• **AVAILABLE DATA**:
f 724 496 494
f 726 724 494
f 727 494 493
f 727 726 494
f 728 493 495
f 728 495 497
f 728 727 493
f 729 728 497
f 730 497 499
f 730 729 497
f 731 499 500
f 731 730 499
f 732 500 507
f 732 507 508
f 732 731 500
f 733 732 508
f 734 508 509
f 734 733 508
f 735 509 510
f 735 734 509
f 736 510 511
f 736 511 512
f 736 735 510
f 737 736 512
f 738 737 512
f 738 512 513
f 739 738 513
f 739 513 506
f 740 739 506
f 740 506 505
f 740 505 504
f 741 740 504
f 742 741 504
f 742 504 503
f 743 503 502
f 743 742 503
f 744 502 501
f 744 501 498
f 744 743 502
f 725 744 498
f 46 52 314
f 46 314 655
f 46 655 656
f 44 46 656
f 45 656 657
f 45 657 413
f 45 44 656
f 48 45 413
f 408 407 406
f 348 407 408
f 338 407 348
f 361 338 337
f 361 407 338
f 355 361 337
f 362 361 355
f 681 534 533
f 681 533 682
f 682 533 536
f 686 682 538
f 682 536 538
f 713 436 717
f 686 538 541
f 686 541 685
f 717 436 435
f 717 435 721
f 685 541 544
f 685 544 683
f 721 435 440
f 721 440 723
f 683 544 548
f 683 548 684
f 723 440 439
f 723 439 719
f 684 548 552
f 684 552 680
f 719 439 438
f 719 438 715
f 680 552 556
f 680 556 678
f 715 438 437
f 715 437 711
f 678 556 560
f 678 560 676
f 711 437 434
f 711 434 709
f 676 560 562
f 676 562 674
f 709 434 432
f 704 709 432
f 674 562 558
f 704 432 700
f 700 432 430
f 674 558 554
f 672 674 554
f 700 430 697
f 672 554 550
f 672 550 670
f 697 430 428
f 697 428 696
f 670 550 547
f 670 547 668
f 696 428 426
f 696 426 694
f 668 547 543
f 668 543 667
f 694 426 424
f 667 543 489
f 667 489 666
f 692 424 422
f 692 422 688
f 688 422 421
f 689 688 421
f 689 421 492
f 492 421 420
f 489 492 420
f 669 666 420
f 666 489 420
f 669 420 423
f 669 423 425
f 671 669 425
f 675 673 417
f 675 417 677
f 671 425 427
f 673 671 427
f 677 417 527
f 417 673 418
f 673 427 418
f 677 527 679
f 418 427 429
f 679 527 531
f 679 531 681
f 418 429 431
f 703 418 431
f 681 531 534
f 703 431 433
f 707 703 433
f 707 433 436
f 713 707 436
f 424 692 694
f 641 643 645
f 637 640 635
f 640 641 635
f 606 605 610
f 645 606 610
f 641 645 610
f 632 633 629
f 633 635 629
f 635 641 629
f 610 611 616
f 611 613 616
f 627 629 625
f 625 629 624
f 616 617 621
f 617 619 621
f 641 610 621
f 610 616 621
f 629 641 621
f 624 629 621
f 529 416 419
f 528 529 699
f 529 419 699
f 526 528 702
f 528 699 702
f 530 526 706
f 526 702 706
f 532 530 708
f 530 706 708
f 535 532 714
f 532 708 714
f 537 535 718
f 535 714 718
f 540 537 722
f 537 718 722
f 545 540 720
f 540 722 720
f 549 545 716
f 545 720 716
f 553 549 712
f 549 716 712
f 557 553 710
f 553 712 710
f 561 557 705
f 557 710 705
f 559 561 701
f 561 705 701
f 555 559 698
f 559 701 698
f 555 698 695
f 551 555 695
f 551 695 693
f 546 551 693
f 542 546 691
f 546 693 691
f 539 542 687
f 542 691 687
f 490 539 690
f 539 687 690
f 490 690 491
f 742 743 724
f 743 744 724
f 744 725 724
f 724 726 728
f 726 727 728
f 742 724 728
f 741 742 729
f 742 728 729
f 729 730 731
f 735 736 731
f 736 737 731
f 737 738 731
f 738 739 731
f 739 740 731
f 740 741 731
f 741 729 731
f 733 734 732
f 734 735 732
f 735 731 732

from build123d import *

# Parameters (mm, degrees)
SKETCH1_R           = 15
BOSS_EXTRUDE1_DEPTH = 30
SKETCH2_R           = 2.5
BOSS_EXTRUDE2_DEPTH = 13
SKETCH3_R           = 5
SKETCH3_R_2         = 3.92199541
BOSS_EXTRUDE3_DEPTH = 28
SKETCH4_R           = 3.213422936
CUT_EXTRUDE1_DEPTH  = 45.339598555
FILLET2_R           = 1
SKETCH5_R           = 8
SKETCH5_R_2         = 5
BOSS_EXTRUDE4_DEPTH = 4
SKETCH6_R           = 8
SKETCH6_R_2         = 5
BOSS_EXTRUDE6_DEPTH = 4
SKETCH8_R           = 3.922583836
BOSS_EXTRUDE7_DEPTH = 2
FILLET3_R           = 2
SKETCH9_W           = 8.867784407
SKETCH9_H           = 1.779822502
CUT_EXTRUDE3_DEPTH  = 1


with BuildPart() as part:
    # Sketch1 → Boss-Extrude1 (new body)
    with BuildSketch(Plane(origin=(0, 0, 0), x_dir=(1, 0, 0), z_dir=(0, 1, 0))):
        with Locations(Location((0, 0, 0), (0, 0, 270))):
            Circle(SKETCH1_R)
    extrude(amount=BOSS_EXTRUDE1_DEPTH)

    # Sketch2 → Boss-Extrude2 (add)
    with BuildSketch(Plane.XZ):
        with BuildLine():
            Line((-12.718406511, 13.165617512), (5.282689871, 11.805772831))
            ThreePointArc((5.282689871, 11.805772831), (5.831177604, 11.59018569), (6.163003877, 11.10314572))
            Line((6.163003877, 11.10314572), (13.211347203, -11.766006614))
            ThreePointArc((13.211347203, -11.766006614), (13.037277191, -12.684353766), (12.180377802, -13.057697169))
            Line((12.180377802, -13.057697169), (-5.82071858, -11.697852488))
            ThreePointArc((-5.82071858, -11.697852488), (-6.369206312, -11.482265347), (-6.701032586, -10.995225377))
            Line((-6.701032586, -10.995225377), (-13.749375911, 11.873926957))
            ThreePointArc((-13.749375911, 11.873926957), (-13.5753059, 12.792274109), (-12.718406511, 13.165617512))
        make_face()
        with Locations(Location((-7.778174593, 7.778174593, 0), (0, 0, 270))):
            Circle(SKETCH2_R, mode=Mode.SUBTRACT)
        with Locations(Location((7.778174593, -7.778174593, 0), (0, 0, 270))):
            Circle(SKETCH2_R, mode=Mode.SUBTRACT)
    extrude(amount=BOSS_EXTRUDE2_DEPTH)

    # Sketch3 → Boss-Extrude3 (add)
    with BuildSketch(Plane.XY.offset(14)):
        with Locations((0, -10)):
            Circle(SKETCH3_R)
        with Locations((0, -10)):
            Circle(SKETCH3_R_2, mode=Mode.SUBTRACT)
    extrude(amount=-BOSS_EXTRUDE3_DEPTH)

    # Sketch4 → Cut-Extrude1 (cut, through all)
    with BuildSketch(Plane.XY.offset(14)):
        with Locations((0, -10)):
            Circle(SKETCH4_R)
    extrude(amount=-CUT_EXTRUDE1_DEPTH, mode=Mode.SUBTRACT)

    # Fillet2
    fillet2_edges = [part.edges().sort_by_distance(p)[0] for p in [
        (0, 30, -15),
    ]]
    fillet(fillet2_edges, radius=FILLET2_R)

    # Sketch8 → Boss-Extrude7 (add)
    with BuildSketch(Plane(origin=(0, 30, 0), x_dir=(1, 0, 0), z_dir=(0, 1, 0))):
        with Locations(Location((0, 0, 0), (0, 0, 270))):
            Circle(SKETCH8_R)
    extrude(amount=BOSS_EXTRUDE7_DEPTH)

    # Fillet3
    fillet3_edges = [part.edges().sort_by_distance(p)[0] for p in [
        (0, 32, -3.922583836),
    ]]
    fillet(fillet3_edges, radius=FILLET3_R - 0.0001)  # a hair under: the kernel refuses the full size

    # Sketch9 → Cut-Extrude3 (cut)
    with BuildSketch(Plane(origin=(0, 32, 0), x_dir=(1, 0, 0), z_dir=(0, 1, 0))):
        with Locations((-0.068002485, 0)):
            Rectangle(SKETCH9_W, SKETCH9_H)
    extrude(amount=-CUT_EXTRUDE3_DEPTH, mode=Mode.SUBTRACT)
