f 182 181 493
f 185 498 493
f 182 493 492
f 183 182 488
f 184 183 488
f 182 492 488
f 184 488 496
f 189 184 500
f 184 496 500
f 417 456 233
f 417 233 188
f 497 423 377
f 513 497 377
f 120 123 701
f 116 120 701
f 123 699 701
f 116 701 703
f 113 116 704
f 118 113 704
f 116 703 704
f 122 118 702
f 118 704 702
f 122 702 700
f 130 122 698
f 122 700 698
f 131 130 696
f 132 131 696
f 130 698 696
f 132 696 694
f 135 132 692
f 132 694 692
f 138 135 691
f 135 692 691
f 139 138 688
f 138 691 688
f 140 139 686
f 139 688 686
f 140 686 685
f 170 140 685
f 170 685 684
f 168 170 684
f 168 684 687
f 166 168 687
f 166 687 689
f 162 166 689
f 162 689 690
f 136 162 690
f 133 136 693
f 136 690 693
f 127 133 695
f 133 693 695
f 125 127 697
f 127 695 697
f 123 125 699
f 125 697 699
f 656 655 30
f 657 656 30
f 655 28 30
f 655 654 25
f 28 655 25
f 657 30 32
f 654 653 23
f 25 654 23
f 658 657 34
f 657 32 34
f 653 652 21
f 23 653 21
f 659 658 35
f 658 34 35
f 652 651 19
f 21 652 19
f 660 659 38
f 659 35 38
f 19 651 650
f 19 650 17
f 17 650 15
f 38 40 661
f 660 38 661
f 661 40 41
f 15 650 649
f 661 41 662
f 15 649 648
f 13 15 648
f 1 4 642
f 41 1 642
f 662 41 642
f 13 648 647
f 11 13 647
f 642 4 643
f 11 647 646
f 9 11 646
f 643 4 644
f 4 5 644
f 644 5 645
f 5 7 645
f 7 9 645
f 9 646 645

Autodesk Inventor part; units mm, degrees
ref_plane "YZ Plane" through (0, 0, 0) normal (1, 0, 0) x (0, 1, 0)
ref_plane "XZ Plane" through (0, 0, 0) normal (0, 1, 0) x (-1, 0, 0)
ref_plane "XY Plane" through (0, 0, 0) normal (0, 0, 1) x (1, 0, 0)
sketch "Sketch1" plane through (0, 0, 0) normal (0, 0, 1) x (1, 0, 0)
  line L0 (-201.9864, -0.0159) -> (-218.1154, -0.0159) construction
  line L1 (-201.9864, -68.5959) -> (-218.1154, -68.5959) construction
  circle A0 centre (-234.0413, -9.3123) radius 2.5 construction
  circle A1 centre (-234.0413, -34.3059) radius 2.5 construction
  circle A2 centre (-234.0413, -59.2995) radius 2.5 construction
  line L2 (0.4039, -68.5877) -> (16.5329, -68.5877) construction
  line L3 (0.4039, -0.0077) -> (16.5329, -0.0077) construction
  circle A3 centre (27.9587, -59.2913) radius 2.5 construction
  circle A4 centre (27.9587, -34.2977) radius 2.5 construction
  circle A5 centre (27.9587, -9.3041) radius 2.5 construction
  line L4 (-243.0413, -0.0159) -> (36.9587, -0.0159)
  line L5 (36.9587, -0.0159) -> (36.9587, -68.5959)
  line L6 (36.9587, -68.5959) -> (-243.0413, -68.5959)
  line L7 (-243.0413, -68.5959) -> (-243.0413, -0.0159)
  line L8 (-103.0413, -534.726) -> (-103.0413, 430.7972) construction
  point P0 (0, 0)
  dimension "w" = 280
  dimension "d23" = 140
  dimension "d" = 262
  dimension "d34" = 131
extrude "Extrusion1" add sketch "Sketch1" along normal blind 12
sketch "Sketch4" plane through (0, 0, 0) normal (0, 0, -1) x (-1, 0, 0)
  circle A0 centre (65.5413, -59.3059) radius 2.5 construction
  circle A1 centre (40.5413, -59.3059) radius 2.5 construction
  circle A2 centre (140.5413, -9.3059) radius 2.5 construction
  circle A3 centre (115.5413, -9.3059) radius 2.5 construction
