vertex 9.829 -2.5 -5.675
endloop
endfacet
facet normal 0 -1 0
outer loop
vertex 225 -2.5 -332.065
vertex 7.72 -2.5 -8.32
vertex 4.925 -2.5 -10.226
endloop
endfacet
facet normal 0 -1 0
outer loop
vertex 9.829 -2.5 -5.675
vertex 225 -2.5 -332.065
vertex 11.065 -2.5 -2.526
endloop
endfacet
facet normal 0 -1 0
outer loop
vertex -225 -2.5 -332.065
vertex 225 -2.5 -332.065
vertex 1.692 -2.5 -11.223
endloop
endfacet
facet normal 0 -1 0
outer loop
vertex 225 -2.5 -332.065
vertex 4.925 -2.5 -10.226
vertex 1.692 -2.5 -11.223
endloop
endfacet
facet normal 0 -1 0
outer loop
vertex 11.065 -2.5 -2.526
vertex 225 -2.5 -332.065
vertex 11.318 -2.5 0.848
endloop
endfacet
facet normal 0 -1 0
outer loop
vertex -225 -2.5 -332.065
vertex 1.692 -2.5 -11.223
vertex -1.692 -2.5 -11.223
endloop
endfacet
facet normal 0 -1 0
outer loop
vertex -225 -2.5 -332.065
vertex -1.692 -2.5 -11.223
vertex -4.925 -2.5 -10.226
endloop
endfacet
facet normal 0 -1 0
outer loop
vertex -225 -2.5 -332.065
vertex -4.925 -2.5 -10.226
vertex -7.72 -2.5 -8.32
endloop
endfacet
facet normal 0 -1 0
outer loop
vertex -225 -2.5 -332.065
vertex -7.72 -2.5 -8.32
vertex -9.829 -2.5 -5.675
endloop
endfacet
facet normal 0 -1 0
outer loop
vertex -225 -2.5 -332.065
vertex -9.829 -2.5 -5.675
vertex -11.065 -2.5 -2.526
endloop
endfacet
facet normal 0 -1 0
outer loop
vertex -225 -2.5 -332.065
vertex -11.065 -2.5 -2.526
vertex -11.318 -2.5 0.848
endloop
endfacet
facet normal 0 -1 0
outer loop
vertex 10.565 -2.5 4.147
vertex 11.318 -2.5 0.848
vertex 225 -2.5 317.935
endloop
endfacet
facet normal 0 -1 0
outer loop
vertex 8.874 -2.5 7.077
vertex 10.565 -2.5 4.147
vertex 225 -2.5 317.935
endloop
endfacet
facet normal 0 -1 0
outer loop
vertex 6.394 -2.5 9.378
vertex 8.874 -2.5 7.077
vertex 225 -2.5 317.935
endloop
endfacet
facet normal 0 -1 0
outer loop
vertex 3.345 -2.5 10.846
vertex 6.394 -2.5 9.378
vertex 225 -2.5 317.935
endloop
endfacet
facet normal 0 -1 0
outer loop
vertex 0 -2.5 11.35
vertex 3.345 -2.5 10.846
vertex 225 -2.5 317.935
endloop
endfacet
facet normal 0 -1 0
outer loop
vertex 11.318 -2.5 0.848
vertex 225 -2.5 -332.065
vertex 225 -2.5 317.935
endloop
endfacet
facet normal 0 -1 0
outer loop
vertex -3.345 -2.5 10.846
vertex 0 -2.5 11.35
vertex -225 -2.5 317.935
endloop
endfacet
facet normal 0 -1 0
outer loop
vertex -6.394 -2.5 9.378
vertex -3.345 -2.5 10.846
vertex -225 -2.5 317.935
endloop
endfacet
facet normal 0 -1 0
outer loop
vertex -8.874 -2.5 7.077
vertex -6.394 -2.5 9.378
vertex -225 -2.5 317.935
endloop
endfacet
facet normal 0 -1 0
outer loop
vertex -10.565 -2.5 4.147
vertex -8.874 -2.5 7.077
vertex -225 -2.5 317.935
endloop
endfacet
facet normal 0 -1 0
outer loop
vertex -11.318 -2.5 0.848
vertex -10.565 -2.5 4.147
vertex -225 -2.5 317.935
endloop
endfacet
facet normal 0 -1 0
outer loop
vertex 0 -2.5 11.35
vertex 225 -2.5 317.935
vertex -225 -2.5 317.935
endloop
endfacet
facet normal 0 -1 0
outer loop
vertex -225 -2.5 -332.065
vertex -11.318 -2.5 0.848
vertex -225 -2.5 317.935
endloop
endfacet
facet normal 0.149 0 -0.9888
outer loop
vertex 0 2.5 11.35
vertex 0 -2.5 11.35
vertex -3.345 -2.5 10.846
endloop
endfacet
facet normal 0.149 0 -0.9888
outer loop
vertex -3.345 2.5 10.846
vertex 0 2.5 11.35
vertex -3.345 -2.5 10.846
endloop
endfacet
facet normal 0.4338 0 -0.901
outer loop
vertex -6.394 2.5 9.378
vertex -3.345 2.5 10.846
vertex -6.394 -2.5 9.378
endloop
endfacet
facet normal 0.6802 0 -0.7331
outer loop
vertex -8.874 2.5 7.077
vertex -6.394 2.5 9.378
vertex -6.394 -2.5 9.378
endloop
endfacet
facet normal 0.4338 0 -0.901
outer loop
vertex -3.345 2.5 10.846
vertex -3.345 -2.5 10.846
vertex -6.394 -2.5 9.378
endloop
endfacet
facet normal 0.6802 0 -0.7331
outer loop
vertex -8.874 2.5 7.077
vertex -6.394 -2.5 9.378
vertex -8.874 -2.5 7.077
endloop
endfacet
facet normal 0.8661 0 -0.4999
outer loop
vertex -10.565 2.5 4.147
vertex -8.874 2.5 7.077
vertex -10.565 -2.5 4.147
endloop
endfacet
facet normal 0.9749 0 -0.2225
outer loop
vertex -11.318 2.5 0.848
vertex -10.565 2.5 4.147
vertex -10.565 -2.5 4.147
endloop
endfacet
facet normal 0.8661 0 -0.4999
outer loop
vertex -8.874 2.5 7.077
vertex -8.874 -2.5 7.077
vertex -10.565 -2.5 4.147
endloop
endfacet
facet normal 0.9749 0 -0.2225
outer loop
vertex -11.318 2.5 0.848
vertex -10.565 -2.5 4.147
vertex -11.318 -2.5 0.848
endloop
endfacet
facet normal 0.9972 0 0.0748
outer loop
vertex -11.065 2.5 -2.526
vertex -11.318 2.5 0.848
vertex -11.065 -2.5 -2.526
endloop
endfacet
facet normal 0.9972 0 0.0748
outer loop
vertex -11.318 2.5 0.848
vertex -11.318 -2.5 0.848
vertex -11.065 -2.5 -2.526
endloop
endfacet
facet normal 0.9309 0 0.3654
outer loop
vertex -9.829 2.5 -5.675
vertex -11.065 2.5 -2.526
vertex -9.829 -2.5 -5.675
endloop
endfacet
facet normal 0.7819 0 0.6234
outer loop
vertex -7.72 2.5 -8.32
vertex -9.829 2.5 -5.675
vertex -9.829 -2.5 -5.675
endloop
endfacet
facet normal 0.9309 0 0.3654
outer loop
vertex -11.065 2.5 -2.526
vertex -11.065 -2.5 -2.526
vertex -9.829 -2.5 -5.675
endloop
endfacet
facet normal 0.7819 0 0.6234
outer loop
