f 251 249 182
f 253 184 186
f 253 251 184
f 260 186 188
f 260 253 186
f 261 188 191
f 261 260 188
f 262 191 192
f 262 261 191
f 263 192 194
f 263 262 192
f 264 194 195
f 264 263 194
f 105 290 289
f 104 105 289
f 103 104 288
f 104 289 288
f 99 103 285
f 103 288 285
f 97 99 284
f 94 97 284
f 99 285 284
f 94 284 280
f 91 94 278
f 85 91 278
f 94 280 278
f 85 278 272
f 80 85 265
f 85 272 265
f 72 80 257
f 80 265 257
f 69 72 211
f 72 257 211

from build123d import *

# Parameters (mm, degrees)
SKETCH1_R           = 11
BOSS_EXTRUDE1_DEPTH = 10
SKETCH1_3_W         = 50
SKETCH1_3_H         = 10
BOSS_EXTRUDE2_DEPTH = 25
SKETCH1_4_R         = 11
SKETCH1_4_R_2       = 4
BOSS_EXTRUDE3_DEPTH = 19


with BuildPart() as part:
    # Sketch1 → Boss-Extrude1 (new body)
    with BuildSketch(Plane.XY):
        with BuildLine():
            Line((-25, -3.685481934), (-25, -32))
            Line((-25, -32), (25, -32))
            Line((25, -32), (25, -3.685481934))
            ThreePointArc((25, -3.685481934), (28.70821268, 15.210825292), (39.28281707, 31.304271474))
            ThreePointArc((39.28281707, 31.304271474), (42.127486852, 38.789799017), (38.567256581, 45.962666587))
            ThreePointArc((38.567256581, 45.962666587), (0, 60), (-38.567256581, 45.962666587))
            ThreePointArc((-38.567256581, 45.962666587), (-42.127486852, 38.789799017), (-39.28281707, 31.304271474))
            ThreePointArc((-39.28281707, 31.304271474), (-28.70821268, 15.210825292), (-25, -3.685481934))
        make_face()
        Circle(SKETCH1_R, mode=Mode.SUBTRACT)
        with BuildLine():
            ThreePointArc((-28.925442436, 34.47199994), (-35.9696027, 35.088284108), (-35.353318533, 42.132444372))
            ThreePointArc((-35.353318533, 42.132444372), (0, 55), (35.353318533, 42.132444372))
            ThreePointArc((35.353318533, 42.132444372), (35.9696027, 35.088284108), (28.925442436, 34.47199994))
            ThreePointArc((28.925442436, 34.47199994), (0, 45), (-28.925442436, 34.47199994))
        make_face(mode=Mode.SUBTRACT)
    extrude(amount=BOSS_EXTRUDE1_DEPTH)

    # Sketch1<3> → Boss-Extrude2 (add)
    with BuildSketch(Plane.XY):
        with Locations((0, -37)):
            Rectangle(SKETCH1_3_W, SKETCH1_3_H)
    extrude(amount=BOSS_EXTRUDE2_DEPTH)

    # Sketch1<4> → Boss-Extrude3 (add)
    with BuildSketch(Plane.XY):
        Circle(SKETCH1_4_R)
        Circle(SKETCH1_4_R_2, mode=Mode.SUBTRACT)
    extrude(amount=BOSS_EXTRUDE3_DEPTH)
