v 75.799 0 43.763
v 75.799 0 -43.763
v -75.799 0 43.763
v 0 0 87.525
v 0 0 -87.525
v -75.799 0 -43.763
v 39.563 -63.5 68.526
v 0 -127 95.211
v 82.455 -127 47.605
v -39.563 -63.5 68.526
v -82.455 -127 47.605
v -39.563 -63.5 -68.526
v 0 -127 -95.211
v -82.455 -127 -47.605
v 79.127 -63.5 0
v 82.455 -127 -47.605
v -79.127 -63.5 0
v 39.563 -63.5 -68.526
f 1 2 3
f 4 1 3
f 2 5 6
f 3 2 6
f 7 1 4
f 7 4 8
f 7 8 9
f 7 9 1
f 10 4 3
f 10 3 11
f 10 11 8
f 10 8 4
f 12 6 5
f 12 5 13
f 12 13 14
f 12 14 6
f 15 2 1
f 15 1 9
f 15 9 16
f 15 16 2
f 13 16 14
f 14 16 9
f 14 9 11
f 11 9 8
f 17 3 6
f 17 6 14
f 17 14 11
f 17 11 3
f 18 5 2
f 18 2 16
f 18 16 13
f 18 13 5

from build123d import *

# Parameters (mm, degrees)
F1_DEPTH = 127
F1_TAPER = -3


with BuildPart() as f1:
    # F0 (on Front) → F1 (new body)
    with BuildSketch(Plane.XZ):
        Polygon((75.7989510894, -43.7625448157), (75.7989510894, 43.7625448157), (0, 87.5250896315), (-75.7989510894, 43.7625448157), (-75.7989510894, -43.7625448157), (0, -87.5250896315), align=None)
    extrude(amount=F1_DEPTH, taper=F1_TAPER)


solid = f1.part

• **DIRECTIONS**:
Everything from the line with "v 0 -127 95.211" through the end of the listing, both ends included, needs to be transcribed exactly, with no other lines.

• **TASK OUTPUT**:
v 0 -127 95.211
v 82.455 -127 47.605
v -39.563 -63.5 68.526
v -82.455 -127 47.605
v -39.563 -63.5 -68.526
v 0 -127 -95.211
v -82.455 -127 -47.605
v 79.127 -63.5 0
v 82.455 -127 -47.605
v -79.127 -63.5 0
v 39.563 -63.5 -68.526
f 1 2 3
f 4 1 3
f 2 5 6
f 3 2 6
f 7 1 4
f 7 4 8
f 7 8 9
f 7 9 1
f 10 4 3
f 10 3 11
f 10 11 8
f 10 8 4
f 12 6 5
f 12 5 13
f 12 13 14
f 12 14 6
f 15 2 1
f 15 1 9
f 15 9 16
f 15 16 2
f 13 16 14
f 14 16 9
f 14 9 11
f 11 9 8
f 17 3 6
f 17 6 14
f 17 14 11
f 17 11 3
f 18 5 2
f 18 2 16
f 18 16 13
f 18 13 5

from build123d import *

# Parameters (mm, degrees)
F1_DEPTH = 127
F1_TAPER = -3


with BuildPart() as f1:
    # F0 (on Front) → F1 (new body)
    with BuildSketch(Plane.XZ):
        Polygon((75.7989510894, -43.7625448157), (75.7989510894, 43.7625448157), (0, 87.5250896315), (-75.7989510894, 43.7625448157), (-75.7989510894, -43.7625448157), (0, -87.5250896315), align=None)
    extrude(amount=F1_DEPTH, taper=F1_TAPER)


solid = f1.part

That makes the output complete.